# DIY Diffuser from Ceramic Ring



## SuperWen (Mar 24, 2011)

This is not my idea, just copy and paste from here: http://forum.indoaquascape.com/threads/4410-Diy-co2-atomizer-mantab-brooo......

Tools & materials:
1. ceramic rings
2. hose connector
3. superglue
4. slate pencil / stone pencil for glue hardener (optional)



















































































































result:
























combined with 3 ceramic rings:


----------



## IWANNAGOFAST (Jan 14, 2008)

wow. This is amazing! Good job!


----------



## SuperWen (Mar 24, 2011)

IWANNAGOFAST said:


> wow. This is amazing! Good job!


Cheap atomic CO2 diffuser huh?


----------



## IWANNAGOFAST (Jan 14, 2008)

SuperWen, you are the master of DIY!


----------



## SuperWen (Mar 24, 2011)

IWANNAGOFAST said:


> SuperWen, you are the master of DIY!


hahah.. I'm not the master (yet ), and this DIY is not my idea


----------



## Benn (May 10, 2011)

Just tried this, works really well!
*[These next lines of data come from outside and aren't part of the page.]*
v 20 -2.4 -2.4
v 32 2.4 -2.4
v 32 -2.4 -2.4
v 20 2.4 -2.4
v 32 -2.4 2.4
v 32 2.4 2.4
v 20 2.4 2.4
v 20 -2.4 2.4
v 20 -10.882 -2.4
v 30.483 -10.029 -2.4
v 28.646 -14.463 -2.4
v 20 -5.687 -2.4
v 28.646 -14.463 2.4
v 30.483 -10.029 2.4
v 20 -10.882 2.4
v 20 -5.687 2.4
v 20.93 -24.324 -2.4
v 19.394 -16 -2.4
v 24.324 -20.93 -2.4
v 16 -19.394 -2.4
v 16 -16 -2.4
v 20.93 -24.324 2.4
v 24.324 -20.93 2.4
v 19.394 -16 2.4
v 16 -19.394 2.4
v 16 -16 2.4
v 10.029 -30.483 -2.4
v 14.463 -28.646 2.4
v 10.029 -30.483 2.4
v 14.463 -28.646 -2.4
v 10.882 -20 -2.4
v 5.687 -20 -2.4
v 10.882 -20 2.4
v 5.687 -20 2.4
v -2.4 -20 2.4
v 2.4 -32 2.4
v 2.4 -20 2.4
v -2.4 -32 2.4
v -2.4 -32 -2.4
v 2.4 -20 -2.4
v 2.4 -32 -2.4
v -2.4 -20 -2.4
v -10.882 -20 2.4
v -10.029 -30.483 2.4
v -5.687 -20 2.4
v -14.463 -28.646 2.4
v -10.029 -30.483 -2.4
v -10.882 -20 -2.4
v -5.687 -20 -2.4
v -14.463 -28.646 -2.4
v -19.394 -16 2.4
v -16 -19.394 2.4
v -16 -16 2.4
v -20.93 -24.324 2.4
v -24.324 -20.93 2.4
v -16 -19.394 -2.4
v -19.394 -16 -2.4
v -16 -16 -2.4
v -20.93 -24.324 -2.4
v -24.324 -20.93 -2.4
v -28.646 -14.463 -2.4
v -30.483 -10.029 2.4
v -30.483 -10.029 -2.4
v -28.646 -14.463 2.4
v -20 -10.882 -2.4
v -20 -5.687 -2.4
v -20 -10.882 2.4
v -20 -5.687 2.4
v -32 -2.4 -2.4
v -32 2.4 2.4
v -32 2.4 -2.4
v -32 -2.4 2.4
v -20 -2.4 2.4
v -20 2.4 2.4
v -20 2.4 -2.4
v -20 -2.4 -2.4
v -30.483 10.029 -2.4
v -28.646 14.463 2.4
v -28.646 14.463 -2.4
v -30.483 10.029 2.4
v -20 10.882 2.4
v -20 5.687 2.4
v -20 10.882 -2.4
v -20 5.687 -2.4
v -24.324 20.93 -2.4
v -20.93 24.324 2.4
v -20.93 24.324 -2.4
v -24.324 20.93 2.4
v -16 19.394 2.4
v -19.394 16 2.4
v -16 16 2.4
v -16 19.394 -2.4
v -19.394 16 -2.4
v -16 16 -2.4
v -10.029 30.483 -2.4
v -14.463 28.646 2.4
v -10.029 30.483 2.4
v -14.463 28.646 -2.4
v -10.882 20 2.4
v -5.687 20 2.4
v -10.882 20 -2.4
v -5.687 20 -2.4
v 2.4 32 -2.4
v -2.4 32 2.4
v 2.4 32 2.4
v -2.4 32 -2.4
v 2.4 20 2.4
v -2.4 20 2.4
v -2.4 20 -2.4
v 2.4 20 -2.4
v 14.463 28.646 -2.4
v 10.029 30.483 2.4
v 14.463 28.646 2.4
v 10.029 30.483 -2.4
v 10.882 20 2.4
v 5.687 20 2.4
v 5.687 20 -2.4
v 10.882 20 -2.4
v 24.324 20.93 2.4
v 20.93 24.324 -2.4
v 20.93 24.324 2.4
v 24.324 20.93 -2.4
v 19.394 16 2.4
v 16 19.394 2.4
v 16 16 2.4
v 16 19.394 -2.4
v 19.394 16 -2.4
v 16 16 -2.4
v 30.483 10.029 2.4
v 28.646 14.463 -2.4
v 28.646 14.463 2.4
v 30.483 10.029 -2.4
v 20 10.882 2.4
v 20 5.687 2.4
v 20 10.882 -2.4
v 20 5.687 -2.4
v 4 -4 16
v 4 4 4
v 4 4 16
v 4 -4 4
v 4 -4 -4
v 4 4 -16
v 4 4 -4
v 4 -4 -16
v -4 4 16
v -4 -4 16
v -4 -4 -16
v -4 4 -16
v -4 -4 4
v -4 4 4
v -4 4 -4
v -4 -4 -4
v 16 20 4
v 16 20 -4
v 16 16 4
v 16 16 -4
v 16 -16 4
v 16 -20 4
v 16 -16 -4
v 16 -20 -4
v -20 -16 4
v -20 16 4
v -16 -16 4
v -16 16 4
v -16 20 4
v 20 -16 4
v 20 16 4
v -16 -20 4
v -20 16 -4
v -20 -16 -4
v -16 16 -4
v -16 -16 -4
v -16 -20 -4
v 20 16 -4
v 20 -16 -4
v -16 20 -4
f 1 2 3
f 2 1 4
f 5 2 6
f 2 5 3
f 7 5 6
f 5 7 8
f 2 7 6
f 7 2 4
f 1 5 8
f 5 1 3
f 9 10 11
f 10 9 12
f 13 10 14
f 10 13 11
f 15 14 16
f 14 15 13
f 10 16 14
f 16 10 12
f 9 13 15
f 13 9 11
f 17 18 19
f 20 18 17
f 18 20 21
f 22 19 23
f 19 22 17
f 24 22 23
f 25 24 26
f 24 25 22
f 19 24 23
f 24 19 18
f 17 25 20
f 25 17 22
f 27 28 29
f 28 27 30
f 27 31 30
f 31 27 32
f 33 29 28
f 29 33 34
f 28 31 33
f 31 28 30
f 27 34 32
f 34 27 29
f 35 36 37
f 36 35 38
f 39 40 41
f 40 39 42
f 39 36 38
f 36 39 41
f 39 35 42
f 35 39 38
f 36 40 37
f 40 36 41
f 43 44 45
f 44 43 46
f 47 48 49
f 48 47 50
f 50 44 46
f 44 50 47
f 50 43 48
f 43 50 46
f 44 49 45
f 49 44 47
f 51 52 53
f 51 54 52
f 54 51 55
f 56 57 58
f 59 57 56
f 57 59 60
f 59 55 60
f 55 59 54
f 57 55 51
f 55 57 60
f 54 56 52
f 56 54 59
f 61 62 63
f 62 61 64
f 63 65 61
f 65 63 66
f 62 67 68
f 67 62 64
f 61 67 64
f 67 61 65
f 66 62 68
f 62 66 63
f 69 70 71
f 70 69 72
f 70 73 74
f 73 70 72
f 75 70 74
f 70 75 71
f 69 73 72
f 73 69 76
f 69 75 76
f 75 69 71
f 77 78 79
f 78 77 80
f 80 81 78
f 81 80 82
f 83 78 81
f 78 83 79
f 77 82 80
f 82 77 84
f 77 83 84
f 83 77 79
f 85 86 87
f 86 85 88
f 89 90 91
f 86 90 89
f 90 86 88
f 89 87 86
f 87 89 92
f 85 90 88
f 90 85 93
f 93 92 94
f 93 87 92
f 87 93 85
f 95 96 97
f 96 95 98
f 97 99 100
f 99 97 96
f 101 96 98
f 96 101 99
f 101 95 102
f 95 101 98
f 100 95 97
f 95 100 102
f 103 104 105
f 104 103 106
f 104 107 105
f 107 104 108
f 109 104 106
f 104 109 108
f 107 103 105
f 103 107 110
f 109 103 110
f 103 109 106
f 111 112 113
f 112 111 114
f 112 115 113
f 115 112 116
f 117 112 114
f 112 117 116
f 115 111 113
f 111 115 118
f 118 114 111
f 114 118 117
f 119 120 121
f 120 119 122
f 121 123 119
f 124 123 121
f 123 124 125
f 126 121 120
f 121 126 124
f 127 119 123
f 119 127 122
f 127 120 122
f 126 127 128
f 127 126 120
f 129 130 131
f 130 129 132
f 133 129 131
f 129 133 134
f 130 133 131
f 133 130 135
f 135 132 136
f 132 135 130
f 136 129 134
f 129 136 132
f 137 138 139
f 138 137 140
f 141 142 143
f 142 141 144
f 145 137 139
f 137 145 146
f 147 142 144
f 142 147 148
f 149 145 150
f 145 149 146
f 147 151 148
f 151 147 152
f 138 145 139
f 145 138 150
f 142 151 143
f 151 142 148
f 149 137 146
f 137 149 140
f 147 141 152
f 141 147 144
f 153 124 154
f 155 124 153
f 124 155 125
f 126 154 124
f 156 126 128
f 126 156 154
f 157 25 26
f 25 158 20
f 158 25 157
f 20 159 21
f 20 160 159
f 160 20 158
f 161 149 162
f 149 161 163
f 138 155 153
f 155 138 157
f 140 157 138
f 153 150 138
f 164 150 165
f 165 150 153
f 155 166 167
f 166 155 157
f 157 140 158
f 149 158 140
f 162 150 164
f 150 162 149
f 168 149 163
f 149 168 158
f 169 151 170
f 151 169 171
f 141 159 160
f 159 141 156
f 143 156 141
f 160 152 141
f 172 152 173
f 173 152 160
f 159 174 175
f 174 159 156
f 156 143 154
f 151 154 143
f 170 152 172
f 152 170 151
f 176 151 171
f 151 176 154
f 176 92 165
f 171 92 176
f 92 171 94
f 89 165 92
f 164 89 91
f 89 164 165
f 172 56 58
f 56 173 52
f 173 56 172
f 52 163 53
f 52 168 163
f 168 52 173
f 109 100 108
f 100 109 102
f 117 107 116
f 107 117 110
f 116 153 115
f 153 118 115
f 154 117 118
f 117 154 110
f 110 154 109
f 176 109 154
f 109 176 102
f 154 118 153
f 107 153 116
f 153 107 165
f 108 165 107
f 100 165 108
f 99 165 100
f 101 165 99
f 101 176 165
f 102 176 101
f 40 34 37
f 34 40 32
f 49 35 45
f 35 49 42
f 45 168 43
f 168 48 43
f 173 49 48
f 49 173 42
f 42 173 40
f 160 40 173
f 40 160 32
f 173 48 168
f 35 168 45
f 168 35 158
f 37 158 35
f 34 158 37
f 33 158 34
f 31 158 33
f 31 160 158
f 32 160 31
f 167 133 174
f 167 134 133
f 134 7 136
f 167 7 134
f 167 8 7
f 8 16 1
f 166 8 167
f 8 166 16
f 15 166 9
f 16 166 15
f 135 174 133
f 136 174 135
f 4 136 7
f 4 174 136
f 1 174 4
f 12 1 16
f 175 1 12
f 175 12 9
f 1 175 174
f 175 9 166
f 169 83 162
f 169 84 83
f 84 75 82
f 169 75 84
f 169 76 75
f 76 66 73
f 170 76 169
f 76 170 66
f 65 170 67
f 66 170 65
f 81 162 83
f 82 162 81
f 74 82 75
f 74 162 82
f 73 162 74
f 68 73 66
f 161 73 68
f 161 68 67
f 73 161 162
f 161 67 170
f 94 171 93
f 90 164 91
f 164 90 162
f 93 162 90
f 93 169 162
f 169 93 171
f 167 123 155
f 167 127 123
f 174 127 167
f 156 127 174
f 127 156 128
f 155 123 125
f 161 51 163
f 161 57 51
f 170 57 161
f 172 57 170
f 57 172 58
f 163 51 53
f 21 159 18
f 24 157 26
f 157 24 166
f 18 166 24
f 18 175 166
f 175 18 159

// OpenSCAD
size = 32;//block=32 //item=8


cube([size * 0.25, size * 0.25, size * 1], center = true);

cube([size * 1, size * 1.25, size * 0.25], center = true);
cube([size * 1.25, size * 1, size * 0.25], center = true);

end = 16;
for(curr = [0:1:end]) {
  rotate([0, 90, 0]) {
    rotate([360 / end * curr, 0, 0]) {
      translate([0, 0, size * 0.75]) {
        cube([size * 0.15, size * 0.15, size * 0.5], center = true);
      }
      ;//translate
    }
    ;//rotate
  }
  ;//rotate

}
;//for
Going to re-make mine though as the seal isn't very good, but still diffuses the C02 nicely.

Apologies for photo quality, taken on iPhone and my tank only has the the moonlights on at the moment.


----------



## JamesHockey (Nov 10, 2010)

i cant find those hose connectors anywhere! whos got a link


----------



## JamesHockey (Nov 10, 2010)

FOUND IT!


----------



## SuperWen (Mar 24, 2011)

sorry, it looks like I posted this thread in the wrong room. For Administrator and/or moderator please move this thread to DIY sub-topic.
Thank you

Regards,
SuperWen


----------



## HD Blazingwolf (May 12, 2011)

for my scientific algae destroying tank, i'd love to make one of these. where do you get the ceramic rings??


----------



## SuperWen (Mar 24, 2011)

HD Blazingwolf said:


> for my scientific algae destroying tank, i'd love to make one of these. where do you get the ceramic rings??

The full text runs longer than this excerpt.